The following is a summary of certain material U.S. federal income tax considerations relating to the purchase, ownership, and disposition of the notes and the shares of common stock into which the notes may be converted. This summary is based upon provisions of the U.S. Internal Revenue Code of 1986, as amended (the “Code”), applicable U.S. Treasury Regulations, administrative rulings, and judicial decisions in effect as of the date hereof, any of which may subsequently be changed, possibly retroactively, which may result in U.S. federal income tax consequences different from those discussed below. Except as where noted, this summary deals only with a note or share of common stock held as a “capital asset” (generally, property held for investment) by a beneficial owner who purchased a note at original issuance at its “issue price” (the first price at which a substantial portion of the notes are sold to persons other than bond houses, brokers, or similar persons or organizations acting in the capacity of underwriters, placement agents or wholesalers).

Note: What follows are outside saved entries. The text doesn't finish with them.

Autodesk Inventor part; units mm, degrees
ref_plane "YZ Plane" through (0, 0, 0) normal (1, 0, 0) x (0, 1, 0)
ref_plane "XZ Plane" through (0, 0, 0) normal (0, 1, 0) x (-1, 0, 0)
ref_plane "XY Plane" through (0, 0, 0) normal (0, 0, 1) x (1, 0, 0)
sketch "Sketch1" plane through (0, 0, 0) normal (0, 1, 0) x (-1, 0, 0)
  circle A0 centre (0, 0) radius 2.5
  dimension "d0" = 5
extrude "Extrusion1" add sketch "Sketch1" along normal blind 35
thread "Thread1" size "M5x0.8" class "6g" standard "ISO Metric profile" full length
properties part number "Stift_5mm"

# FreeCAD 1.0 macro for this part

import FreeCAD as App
import Part
import Sketcher

doc = App.newDocument("Part")
params = doc.addObject("Spreadsheet::Sheet", "Params")
for row, (alias, value) in enumerate([
    ("sketch1_diameter", "5 mm"),
    ("pad1_length", "35 mm"),
], start=1):
    params.set(f"A{row}", alias)
    params.set(f"B{row}", "=" + value)
    params.setAlias(f"B{row}", alias)

body = doc.addObject("PartDesign::Body", "Body")

# Sketch on XZ plane
sketch1 = body.newObject("Sketcher::SketchObject", "Sketch")
sketch1.AttachmentSupport = (doc.getObject("XZ_Plane"), [""])
sketch1.MapMode = "FlatFace"
sketch1.addGeometry(Part.Circle(App.Vector(0, 0, 0), App.Vector(0, 0, 1), 2.5), False)
sketch1.addConstraint([
    Sketcher.Constraint("Coincident", 0, 3, -1, 1),
    Sketcher.Constraint("Diameter", 0, 5.0),
])
sketch1.setExpression("Constraints[1]", "Params.sketch1_diameter")
pad1 = body.newObject("PartDesign::Pad", "Pad")
pad1.Profile = sketch1
pad1.setExpression("Length", "Params.pad1_length")
pad1.Reversed = True

doc.recompute()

This summary does not address all aspects of U.S. federal income taxation and does not deal with all tax consequences that may be relevant to holders in light of their personal circumstances or particular situations, such as:

 

   

tax consequences to holders who may be subject to special tax treatment, including dealers in securities or currencies, financial institutions, regulated investment companies, real estate investment trusts, tax-exempt entities, insurance companies, or traders in securities that elect to use a mark-to-market method of accounting for their securities;

 

   

tax consequences to persons holding notes or common stock as a part of a hedging, integrated, conversion or constructive sale transaction or a straddle;

 

   

non-U.S. holders (as defined below) that own or have owned (actually or constructively) more than 5% of any class of our stock or non-U.S. holders that own or have owned the notes if on the date such notes were or are acquired by such non-U.S. holder such notes had or have a fair market value greater than 5% of the regularly traded class of our stock with the lowest fair market value;

 

   

tax consequences to U.S. holders (as defined below) of notes or shares of common stock whose “functional currency” is not the U.S. dollar;

 

   

tax consequences to partnerships or other pass-through entities or investors in such entities;

 

   

tax consequences to former citizens or former long-term residents of the United States;

 

   

alternative minimum tax consequences, if any;

 

   

any state, local or foreign tax consequences; and

 

   

estate or gift taxes consequences, if any.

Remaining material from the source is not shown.